3. IP, capability building, and developing translation expertise through partnerships. While there is certainly evidence for the benefits of partnership in specific areas, including to access unique technologies, data, or solution types, managing these partnerships exclusively at arm’s length and keeping novel methods or solutions separate from day-to-day research mean that necessary future capabilities for a transformation in drug discovery may not be built.
Biopharma companies should be selective and specific about the capabilities to be delivered by partnerships versus those built in-house. Similarly, a balanced approach to in-house and external talent (notably, the data scientists and data engineers needed to work with researchers in developing the algorithms and technology backbones to support prioritized areas) is vital. Often overlooked but mission critical for AI enablement, are “translators” or “product owners” with deep business, clinical, scientific, and AI/ML and systems architecture understanding. These profiles have a product ownership mindset and understand and dynamically evaluate all elements of the analytics team to maintain focus on value and impact delivery, thereby assuring successful project delivery.
4. Industrialization of AI with MLOps and reusable analytical assets. For the capabilities a biopharma company builds in-house, it is essential to have the right enablers in place to support scaling across research activities: the right technology infrastructure and methodologies, especially DataOps and MLOps and an appropriate data architecture (for example, graph databases or Data Vault 2.0 technology). DataOps (data operations) enables companies to gain more value from their data by accelerating the process of building models. MLOps involves ensuring the right platforms, tools, services, and roles with the right team operating model and standards for delivering AI reliably and at scale. Technical-architecture enablers to support processing compute-intensive workflows such as AlphaFold, molecular-dynamics simulations, optimization models, and image-recognition workflows are a core requirement. Furthermore, enabling concepts such as Data Vault 2.0 techniques and graph databases are table stakes as AI capabilities scale.

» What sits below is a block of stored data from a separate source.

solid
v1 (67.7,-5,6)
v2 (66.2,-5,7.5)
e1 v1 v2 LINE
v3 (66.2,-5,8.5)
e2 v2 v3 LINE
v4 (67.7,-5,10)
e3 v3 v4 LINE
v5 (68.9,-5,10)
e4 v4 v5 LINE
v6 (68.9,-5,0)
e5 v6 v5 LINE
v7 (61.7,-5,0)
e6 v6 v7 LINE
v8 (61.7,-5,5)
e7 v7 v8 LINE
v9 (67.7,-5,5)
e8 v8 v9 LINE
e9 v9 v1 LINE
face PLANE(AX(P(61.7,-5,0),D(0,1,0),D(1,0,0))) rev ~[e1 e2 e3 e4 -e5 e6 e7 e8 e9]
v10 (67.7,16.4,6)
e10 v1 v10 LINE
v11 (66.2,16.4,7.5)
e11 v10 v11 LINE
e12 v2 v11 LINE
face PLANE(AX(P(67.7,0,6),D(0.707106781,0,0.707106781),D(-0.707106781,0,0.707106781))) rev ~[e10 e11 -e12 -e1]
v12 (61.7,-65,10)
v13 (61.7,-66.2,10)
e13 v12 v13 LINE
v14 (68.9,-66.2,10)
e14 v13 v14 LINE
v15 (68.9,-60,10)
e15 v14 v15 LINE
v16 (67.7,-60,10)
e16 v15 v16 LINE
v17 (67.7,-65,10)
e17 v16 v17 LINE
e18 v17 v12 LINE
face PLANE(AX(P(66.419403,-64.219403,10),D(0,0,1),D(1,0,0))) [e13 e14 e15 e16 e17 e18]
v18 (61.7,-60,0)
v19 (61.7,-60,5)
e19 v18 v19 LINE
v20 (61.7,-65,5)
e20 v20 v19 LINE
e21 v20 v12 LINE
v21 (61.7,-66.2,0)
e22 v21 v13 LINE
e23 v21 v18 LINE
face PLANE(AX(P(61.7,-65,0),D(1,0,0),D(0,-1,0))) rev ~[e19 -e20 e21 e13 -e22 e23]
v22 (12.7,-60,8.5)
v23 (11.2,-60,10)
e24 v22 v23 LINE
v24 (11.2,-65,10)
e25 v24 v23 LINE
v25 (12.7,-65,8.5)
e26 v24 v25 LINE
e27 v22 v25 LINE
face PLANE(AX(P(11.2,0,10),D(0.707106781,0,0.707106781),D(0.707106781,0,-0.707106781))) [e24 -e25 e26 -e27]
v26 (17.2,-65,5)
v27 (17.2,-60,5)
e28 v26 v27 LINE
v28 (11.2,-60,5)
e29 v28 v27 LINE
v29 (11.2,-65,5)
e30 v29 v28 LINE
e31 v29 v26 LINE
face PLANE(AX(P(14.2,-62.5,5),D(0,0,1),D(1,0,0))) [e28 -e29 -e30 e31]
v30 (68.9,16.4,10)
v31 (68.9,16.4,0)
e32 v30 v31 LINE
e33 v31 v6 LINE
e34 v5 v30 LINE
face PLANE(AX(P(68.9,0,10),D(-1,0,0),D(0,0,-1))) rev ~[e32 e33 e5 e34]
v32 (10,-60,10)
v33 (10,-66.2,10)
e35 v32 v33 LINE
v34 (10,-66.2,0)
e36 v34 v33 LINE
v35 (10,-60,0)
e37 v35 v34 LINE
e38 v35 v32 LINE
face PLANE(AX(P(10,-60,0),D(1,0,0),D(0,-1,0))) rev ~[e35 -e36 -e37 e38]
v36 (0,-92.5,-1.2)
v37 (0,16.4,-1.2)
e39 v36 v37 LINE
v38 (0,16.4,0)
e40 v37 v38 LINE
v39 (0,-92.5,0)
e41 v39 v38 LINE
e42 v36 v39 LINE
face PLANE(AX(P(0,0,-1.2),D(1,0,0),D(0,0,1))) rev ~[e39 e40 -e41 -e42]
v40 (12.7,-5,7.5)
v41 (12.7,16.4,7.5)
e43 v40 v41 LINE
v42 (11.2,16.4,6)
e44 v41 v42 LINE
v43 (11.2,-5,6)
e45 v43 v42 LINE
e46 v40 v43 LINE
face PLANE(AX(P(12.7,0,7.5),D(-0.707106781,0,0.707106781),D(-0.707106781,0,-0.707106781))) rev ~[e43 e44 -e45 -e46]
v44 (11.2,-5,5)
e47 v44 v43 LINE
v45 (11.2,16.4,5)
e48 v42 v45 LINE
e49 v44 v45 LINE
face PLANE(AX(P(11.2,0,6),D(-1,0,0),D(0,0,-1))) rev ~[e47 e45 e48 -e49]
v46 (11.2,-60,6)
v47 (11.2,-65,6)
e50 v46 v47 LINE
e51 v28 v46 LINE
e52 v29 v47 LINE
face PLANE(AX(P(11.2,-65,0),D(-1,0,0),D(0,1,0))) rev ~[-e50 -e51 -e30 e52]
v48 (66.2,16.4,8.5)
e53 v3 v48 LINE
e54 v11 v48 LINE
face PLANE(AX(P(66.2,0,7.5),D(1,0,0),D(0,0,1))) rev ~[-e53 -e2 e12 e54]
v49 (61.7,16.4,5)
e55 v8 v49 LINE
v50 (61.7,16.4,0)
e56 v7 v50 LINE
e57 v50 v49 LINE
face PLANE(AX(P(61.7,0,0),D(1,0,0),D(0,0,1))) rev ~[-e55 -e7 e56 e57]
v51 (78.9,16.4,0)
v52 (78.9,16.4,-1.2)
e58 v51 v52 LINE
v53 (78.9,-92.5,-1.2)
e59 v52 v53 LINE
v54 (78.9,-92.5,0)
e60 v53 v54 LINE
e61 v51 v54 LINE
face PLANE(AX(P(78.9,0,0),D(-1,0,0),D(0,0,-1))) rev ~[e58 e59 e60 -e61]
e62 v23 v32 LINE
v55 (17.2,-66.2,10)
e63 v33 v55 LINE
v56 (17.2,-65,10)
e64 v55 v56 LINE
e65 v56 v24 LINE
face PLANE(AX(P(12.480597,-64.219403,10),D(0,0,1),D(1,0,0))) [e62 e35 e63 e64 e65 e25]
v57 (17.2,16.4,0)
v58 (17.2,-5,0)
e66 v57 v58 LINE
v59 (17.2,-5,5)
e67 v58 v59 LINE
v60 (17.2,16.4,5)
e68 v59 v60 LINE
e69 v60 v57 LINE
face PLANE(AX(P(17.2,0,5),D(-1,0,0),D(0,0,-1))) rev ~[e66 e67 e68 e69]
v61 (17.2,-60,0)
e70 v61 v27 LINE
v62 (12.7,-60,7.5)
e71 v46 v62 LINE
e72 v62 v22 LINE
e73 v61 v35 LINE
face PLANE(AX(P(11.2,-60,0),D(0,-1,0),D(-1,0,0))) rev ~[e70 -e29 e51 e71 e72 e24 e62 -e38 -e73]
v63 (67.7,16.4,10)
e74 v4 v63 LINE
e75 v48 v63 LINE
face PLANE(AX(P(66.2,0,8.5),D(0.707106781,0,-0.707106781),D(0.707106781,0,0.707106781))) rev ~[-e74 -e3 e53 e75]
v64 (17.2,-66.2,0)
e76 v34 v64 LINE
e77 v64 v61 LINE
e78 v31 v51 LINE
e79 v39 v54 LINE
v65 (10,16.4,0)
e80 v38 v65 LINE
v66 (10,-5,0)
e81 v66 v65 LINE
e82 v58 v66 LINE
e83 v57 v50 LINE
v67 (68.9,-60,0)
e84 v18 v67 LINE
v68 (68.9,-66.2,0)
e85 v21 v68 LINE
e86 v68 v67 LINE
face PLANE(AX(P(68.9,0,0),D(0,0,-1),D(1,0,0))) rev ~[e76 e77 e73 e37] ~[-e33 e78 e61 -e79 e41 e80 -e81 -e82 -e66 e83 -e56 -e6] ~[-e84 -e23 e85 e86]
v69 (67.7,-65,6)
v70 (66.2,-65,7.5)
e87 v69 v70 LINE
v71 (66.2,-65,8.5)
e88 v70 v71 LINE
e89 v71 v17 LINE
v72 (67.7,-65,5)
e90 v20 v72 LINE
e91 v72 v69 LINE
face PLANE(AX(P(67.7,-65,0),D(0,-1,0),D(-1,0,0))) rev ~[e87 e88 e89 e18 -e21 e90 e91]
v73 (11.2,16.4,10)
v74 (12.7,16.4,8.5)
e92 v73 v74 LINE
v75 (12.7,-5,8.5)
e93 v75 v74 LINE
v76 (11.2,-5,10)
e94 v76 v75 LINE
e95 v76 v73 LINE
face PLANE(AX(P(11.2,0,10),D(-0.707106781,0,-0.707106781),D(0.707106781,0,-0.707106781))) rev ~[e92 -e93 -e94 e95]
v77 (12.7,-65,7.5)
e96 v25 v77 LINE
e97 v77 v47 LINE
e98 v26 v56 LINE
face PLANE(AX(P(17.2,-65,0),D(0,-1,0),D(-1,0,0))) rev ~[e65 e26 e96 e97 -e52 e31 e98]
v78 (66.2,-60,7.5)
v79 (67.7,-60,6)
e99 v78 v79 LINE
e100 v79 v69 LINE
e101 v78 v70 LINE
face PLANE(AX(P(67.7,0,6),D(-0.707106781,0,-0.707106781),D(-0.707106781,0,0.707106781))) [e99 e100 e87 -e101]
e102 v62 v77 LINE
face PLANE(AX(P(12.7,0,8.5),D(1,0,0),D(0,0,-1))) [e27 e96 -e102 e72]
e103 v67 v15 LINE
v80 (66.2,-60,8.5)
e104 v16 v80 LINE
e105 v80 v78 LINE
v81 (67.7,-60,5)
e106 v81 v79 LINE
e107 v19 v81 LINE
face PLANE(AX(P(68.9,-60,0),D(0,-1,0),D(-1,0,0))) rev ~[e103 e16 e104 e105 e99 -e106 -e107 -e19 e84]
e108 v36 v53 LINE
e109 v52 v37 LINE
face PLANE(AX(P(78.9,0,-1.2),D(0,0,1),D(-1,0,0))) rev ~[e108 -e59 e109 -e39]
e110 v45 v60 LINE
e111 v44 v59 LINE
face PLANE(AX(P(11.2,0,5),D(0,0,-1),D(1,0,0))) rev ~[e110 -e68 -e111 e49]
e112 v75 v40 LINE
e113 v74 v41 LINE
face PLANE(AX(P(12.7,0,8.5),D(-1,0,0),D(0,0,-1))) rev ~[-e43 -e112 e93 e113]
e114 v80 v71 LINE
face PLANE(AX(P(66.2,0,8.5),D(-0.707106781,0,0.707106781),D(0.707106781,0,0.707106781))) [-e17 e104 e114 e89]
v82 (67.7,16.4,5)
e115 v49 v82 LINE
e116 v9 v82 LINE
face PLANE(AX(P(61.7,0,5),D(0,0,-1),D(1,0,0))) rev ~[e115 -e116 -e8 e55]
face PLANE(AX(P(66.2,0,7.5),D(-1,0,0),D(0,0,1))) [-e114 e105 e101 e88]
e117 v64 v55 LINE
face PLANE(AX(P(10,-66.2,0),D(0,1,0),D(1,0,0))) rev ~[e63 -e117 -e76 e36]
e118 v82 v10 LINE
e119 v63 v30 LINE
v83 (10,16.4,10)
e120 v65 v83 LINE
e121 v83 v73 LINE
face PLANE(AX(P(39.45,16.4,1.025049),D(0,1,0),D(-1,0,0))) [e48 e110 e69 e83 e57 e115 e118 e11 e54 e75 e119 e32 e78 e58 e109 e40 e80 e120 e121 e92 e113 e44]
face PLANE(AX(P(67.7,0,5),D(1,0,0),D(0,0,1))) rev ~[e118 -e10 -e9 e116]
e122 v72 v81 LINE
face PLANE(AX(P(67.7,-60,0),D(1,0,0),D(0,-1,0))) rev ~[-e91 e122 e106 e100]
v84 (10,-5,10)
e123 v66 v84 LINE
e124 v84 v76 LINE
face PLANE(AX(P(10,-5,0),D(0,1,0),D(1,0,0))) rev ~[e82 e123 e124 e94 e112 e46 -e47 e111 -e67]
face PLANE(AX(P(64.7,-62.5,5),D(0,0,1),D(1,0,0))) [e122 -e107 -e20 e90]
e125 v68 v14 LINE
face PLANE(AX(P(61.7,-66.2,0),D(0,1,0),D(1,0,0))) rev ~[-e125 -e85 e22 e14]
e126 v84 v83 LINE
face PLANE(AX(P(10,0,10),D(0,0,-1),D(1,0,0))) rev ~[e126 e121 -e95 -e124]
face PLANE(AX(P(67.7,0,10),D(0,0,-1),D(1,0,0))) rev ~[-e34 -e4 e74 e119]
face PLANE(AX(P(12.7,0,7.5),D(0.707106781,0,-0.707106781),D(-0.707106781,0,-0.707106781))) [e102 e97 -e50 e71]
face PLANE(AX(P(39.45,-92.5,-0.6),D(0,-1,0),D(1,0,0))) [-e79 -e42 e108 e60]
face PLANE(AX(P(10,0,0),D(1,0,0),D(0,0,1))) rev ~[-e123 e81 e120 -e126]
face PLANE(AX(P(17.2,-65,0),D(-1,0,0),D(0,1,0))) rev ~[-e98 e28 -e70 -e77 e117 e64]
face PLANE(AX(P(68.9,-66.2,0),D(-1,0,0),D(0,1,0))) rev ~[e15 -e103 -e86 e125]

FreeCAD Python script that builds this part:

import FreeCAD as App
import Part
import Sketcher

V = App.Vector
Q = App.Units.Quantity


def add_polygon(sketch, points):
    """Adds a closed chain of lines whose ends are joined by coincident constraints."""
    first, n = sketch.GeometryCount, len(points)
    for a, b in zip(points, points[1:] + points[:1]):
        sketch.addGeometry(Part.LineSegment(App.Vector(*a, 0), App.Vector(*b, 0)), False)
    for i in range(n):
        sketch.addConstraint(Sketcher.Constraint("Coincident", first + i, 2, first + (i + 1) % n, 1))

doc = App.newDocument("Part")
body = doc.addObject("PartDesign::Body", "Body")

sketch1 = body.newObject("Sketcher::SketchObject", "Sketch")
sketch1.AttachmentSupport = (doc.getObject("XY_Plane"), [""])
sketch1.MapMode = "FlatFace"
add_polygon(sketch1, [(0, 0), (0, -76), (79, -76), (79, 0)])
sketch1.addConstraint([
    Sketcher.Constraint("Vertical", 0),
    Sketcher.Constraint("Horizontal", 1),
    Sketcher.Constraint("Vertical", 2),
    Sketcher.Constraint("Horizontal", 3),
    Sketcher.Constraint("Coincident", 3, 2, -1, 1),
    Sketcher.Constraint("DistanceX", 1, 1, 1, 2, Q("78.9 mm")),
    Sketcher.Constraint("DistanceY", 0, 2, 0, 1, Q("76.2 mm")),
])
pad1 = body.newObject("PartDesign::Pad", "Pad")
pad1.Profile = sketch1
pad1.Length = 1.2
pad1.Reversed = True

sketch2 = body.newObject("Sketcher::SketchObject", "Sketch001")
sketch2.AttachmentSupport = (doc.getObject("XY_Plane"), [""])
sketch2.MapMode = "FlatFace"
add_polygon(sketch2, [(11, 0), (11, -5), (17, -5), (17, 0)])
add_polygon(sketch2, [(11, -60), (11, -65), (17, -65), (17, -60)])
add_polygon(sketch2, [(62, 0), (62, -5), (68, -5), (68, 0)])
add_polygon(sketch2, [(62, -60), (62, -65), (68, -65), (68, -60)])
sketch2.addConstraint([
    Sketcher.Constraint("Vertical", 0),
    Sketcher.Constraint("Horizontal", 1),
    Sketcher.Constraint("Vertical", 2),
    Sketcher.Constraint("Horizontal", 3),
    Sketcher.Constraint("Vertical", 4),
    Sketcher.Constraint("Horizontal", 5),
    Sketcher.Constraint("Vertical", 6),
    Sketcher.Constraint("Horizontal", 7),
    Sketcher.Constraint("Vertical", 8),
    Sketcher.Constraint("Horizontal", 9),
    Sketcher.Constraint("Vertical", 10),
    Sketcher.Constraint("Horizontal", 11),
    Sketcher.Constraint("Vertical", 12),
    Sketcher.Constraint("Horizontal", 13),
    Sketcher.Constraint("Vertical", 14),
    Sketcher.Constraint("Horizontal", 15),
    Sketcher.Constraint("PointOnObject", 2, 2, -1),
    Sketcher.Constraint("PointOnObject", 10, 2, -1),
    Sketcher.Constraint("Horizontal", 1, 2, 8, 2),
    Sketcher.Constraint("Horizontal", 5, 2, 12, 2),
    Sketcher.Constraint("Horizontal", 7, 2, 14, 2),
    Sketcher.Constraint("Vertical", 3, 2, 4, 2),
    Sketcher.Constraint("Vertical", 2, 2, 5, 2),
    Sketcher.Constraint("Vertical", 11, 2, 12, 2),
    Sketcher.Constraint("Vertical", 10, 2, 13, 2),
    Sketcher.Constraint("Equal", 7, 9),
    Sketcher.Constraint("Equal", 2, 4),
    Sketcher.Constraint("DistanceX", 1, 1, 1, 2, Q("6 mm")),
    Sketcher.Constraint("DistanceY", 0, 2, 0, 1, Q("5 mm")),
    Sketcher.Constraint("DistanceY", 4, 2, -1, 1, Q("65 mm")),
    Sketcher.Constraint("DistanceX", -1, 1, 0, 2, Q("11.2 mm")),
    Sketcher.Constraint("DistanceX", -1, 1, 8, 2, Q("61.7 mm")),
])
pad2 = body.newObject("PartDesign::Pad", "Pad001")
pad2.Profile = sketch2
pad2.Length = 5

To successfully deploy research systems, development teams must build multiple interrelated components (data connectors and pipelines, models, APIs, and visual interfaces) that work seamlessly to drive adoption among end users. Fragmentation of code bases and components, and reduced productivity due to integration challenges, are natural risks that arise when multiple tools are deployed across different domains and teams. Ensuring coding standards in development and harmonization of coding approaches across teams increases long-term productivity and solution robustness. Additionally, harmonization enables sharing of reusable components (data connectors, feature libraries, model-based embeddings) across projects: for example, using graph neural-network molecular embeddings for hit prediction and lead optimization for toxicity reduction. As the emerging research platform grows in complexity, “assetization” of reusable components becomes an increasingly important source of development productivity (with twice the productivity for teams that embrace it) and an important in-house capability that requires a dedicated team with a product-centered mindset.12
The question today is whether biopharma companies will move analytics investments beyond a focus on individual projects and marquee partnerships to transforming research at scale. A shift to focusing on specific scientific and operational pain points and building AI into fully integrated research systems—with a road map to scale—will enable biopharma companies to capture real business and patient impact from using AI in research.